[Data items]

○ ○ ○ ○

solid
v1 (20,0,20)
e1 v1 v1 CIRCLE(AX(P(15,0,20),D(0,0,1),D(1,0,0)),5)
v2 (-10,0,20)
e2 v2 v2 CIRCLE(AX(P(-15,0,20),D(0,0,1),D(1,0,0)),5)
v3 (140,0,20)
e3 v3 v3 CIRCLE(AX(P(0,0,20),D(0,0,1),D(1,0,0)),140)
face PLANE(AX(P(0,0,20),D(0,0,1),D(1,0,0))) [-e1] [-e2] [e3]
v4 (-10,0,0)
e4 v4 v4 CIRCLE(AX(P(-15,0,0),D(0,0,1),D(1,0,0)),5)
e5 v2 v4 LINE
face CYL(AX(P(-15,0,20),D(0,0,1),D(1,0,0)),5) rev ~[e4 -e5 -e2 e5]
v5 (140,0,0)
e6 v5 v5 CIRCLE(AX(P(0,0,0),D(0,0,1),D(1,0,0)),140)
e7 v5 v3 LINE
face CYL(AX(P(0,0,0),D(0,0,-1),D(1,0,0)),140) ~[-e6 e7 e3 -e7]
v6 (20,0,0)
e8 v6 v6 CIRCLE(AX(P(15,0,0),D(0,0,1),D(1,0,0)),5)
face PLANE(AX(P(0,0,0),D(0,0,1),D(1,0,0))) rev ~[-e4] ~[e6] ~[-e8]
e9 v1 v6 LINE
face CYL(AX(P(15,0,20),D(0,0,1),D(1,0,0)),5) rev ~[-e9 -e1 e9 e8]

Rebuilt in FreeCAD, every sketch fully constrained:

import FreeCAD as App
import Part
import Sketcher

V = App.Vector

doc = App.newDocument("Part")
body = doc.addObject("PartDesign::Body", "Body")

# Sketch on XY plane
sketch1 = body.newObject("Sketcher::SketchObject", "Sketch")
sketch1.AttachmentSupport = (doc.getObject("XY_Plane"), [""])
sketch1.MapMode = "FlatFace"
sketch1.addGeometry(Part.Circle(V(0, 0, 0), V(0, 0, 1), 140), False)
sketch1.addConstraint([
    Sketcher.Constraint("Coincident", 0, 3, -1, 1),
    Sketcher.Constraint("Diameter", 0, 280.0),
])
pad1 = body.newObject("PartDesign::Pad", "Pad")
pad1.Profile = sketch1
pad1.Length = 20

# Sketch on XY plane
sketch2 = body.newObject("Sketcher::SketchObject", "Sketch001")
sketch2.AttachmentSupport = (doc.getObject("XY_Plane"), [""])
sketch2.MapMode = "FlatFace"
sketch2.AttachmentOffset = App.Placement(V(0, 0, 20), App.Rotation())
sketch2.addGeometry([
    Part.Circle(V(15, 0, 0), V(0, 0, 1), 5),
    Part.Circle(V(-15, 0, 0), V(0, 0, 1), 5),
], False)
sketch2.addConstraint([
    Sketcher.Constraint("Equal", 0, 1),
    Sketcher.Constraint("Symmetric", 0, 3, 1, 3, -1, 1),
    Sketcher.Constraint("PointOnObject", 0, 3, -1),
    Sketcher.Constraint("Diameter", 0, 10.0),
    Sketcher.Constraint("DistanceX", -1, 1, 0, 3, 15.0),
])
pocket1 = body.newObject("PartDesign::Pocket", "Pocket")
pocket1.Profile = sketch2
pocket1.Type = "ThroughAll"

doc.recompute()
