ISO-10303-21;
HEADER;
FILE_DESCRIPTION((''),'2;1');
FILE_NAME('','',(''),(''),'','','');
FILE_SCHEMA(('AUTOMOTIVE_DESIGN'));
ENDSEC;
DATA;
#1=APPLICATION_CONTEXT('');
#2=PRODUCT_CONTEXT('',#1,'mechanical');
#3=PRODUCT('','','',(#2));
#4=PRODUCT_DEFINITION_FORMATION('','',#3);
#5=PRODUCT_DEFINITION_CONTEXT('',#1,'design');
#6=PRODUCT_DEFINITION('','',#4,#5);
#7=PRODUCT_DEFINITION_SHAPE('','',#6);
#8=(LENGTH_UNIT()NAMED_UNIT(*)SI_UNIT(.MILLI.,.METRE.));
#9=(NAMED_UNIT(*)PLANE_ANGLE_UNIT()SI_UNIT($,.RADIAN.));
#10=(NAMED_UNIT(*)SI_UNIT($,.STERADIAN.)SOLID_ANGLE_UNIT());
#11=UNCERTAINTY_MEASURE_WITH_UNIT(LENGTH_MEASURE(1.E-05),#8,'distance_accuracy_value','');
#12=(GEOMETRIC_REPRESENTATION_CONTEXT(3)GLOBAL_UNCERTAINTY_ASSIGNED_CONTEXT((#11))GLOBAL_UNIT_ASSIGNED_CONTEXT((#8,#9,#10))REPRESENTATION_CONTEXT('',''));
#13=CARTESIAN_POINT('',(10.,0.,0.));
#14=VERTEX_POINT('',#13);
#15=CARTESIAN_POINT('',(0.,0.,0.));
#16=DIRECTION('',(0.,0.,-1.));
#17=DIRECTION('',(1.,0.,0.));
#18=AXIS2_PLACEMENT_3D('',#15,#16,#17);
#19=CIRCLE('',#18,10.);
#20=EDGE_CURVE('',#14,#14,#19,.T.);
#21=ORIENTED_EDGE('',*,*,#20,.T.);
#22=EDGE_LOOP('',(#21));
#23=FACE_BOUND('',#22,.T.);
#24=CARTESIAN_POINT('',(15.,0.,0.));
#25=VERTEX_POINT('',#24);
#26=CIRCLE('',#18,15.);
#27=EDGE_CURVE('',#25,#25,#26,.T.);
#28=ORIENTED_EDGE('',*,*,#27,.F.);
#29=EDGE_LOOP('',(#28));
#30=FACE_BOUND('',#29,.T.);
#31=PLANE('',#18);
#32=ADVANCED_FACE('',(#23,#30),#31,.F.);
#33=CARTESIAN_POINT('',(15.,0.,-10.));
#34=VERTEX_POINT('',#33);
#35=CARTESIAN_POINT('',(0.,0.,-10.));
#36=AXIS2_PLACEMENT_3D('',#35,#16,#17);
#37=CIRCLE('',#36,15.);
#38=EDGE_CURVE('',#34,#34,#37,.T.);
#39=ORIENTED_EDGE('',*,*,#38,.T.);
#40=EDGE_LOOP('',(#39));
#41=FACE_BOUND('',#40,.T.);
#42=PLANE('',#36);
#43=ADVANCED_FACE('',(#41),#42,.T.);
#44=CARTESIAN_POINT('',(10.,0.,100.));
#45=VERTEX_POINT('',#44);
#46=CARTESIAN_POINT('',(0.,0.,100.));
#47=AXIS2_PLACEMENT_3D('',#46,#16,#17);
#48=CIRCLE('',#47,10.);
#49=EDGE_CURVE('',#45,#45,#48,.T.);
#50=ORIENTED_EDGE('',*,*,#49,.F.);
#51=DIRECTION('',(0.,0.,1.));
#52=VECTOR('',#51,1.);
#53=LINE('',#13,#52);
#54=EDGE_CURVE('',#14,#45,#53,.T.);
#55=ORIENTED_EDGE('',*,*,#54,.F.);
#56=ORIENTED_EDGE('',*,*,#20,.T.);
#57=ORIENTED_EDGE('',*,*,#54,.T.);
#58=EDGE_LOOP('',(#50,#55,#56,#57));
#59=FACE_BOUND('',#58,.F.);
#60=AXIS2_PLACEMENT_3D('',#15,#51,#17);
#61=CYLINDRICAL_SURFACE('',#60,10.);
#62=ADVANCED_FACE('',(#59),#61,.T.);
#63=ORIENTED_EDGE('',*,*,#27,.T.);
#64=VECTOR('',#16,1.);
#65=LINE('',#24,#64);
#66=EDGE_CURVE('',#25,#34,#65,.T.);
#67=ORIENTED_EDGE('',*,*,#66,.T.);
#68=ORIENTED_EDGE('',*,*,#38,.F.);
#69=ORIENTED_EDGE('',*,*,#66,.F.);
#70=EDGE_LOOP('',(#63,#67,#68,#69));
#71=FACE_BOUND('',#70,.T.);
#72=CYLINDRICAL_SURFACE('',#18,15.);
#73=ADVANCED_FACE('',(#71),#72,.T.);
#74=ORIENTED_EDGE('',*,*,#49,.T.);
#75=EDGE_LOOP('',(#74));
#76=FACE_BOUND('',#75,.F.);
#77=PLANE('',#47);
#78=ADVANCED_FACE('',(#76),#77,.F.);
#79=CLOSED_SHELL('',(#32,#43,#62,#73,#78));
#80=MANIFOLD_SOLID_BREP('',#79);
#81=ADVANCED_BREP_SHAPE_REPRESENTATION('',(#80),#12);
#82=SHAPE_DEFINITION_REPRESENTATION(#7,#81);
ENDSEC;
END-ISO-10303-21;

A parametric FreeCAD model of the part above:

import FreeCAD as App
import Part
import Sketcher

V = App.Vector
Q = App.Units.Quantity

doc = App.newDocument("Part")
params = doc.addObject("Spreadsheet::Sheet", "Params")
for row, (alias, value) in enumerate([
    ("sketch1_width", "10 mm"),
    ("sketch1_width2", "15 mm"),
    ("sketch1_height", "100 mm"),
    ("revolution_angle", "360 deg"),
], start=1):
    params.set(f"A{row}", alias)
    params.set(f"B{row}", "=" + value)
    params.setAlias(f"B{row}", alias)

body = doc.addObject("PartDesign::Body", "Body")

# Sketch on XZ plane
sketch1 = body.newObject("Sketcher::SketchObject", "Sketch")
sketch1.AttachmentSupport = (doc.getObject("XZ_Plane"), [""])
sketch1.MapMode = "FlatFace"
sketch1.addGeometry(Part.LineSegment(V(0, -10, 0), V(0, 100, 0)), False)
sketch1.addGeometry(Part.LineSegment(V(0, 100, 0), V(10, 100, 0)), False)
sketch1.addGeometry(Part.LineSegment(V(10, 100, 0), V(10, 0, 0)), False)
sketch1.addGeometry(Part.LineSegment(V(10, 0, 0), V(15, 0, 0)), False)
sketch1.addGeometry(Part.LineSegment(V(15, 0, 0), V(15, -10, 0)), False)
sketch1.addGeometry(Part.LineSegment(V(15, -10, 0), V(0, -10, 0)), False)
sketch1.addConstraint(Sketcher.Constraint("Coincident", 0, 2, 1, 1))
sketch1.addConstraint(Sketcher.Constraint("Coincident", 1, 2, 2, 1))
sketch1.addConstraint(Sketcher.Constraint("Coincident", 2, 2, 3, 1))
sketch1.addConstraint(Sketcher.Constraint("Coincident", 3, 2, 4, 1))
sketch1.addConstraint(Sketcher.Constraint("Coincident", 4, 2, 5, 1))
sketch1.addConstraint(Sketcher.Constraint("Coincident", 5, 2, 0, 1))
sketch1.addConstraint(Sketcher.Constraint("Vertical", 0))
sketch1.addConstraint(Sketcher.Constraint("Horizontal", 1))
sketch1.addConstraint(Sketcher.Constraint("Vertical", 2))
sketch1.addConstraint(Sketcher.Constraint("Horizontal", 3))
sketch1.addConstraint(Sketcher.Constraint("Vertical", 4))
sketch1.addConstraint(Sketcher.Constraint("Horizontal", 5))
sketch1.addConstraint(Sketcher.Constraint("PointOnObject", 0, 2, -2))
sketch1.addConstraint(Sketcher.Constraint("PointOnObject", 2, 2, -1))
sketch1.addConstraint(Sketcher.Constraint("Equal", 1, 4))
sketch1.addConstraint(Sketcher.Constraint("DistanceX", 1, 1, 1, 2, Q("10 mm")))
sketch1.addConstraint(Sketcher.Constraint("DistanceX", 5, 2, 5, 1, Q("15 mm")))
sketch1.addConstraint(Sketcher.Constraint("DistanceY", 2, 2, 2, 1, Q("100 mm")))
sketch1.setExpression("Constraints[15]", "Params.sketch1_width")
sketch1.setExpression("Constraints[16]", "Params.sketch1_width2")
sketch1.setExpression("Constraints[17]", "Params.sketch1_height")
revolution = body.newObject("PartDesign::Revolution", "Revolution")
revolution.Profile = sketch1
revolution.ReferenceAxis = (sketch1, ["V_Axis"])
revolution.setExpression("Angle", "Params.revolution_angle")

doc.recompute()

○ ○ ○ ○

▸ **Description of the task**: In the entries above, find the line with "#29=EDGE_LOOP('',(#28));" and the line with "#80=MANIFOLD_SOLID_BREP('',#79);", then set down exactly those two and every line between them, nothing else.

▸ **Response box**:
#29=EDGE_LOOP('',(#28));
#30=FACE_BOUND('',#29,.T.);
#31=PLANE('',#18);
#32=ADVANCED_FACE('',(#23,#30),#31,.F.);
#33=CARTESIAN_POINT('',(15.,0.,-10.));
#34=VERTEX_POINT('',#33);
#35=CARTESIAN_POINT('',(0.,0.,-10.));
#36=AXIS2_PLACEMENT_3D('',#35,#16,#17);
#37=CIRCLE('',#36,15.);
#38=EDGE_CURVE('',#34,#34,#37,.T.);
#39=ORIENTED_EDGE('',*,*,#38,.T.);
#40=EDGE_LOOP('',(#39));
#41=FACE_BOUND('',#40,.T.);
#42=PLANE('',#36);
#43=ADVANCED_FACE('',(#41),#42,.T.);
#44=CARTESIAN_POINT('',(10.,0.,100.));
#45=VERTEX_POINT('',#44);
#46=CARTESIAN_POINT('',(0.,0.,100.));
#47=AXIS2_PLACEMENT_3D('',#46,#16,#17);
#48=CIRCLE('',#47,10.);
#49=EDGE_CURVE('',#45,#45,#48,.T.);
#50=ORIENTED_EDGE('',*,*,#49,.F.);
#51=DIRECTION('',(0.,0.,1.));
#52=VECTOR('',#51,1.);
#53=LINE('',#13,#52);
#54=EDGE_CURVE('',#14,#45,#53,.T.);
#55=ORIENTED_EDGE('',*,*,#54,.F.);
#56=ORIENTED_EDGE('',*,*,#20,.T.);
#57=ORIENTED_EDGE('',*,*,#54,.T.);
#58=EDGE_LOOP('',(#50,#55,#56,#57));
#59=FACE_BOUND('',#58,.F.);
#60=AXIS2_PLACEMENT_3D('',#15,#51,#17);
#61=CYLINDRICAL_SURFACE('',#60,10.);
#62=ADVANCED_FACE('',(#59),#61,.T.);
#63=ORIENTED_EDGE('',*,*,#27,.T.);
#64=VECTOR('',#16,1.);
#65=LINE('',#24,#64);
#66=EDGE_CURVE('',#25,#34,#65,.T.);
#67=ORIENTED_EDGE('',*,*,#66,.T.);
#68=ORIENTED_EDGE('',*,*,#38,.F.);
#69=ORIENTED_EDGE('',*,*,#66,.F.);
#70=EDGE_LOOP('',(#63,#67,#68,#69));
#71=FACE_BOUND('',#70,.T.);
#72=CYLINDRICAL_SURFACE('',#18,15.);
#73=ADVANCED_FACE('',(#71),#72,.T.);
#74=ORIENTED_EDGE('',*,*,#49,.T.);
#75=EDGE_LOOP('',(#74));
#76=FACE_BOUND('',#75,.F.);
#77=PLANE('',#47);
#78=ADVANCED_FACE('',(#76),#77,.F.);
#79=CLOSED_SHELL('',(#32,#43,#62,#73,#78));
#80=MANIFOLD_SOLID_BREP('',#79);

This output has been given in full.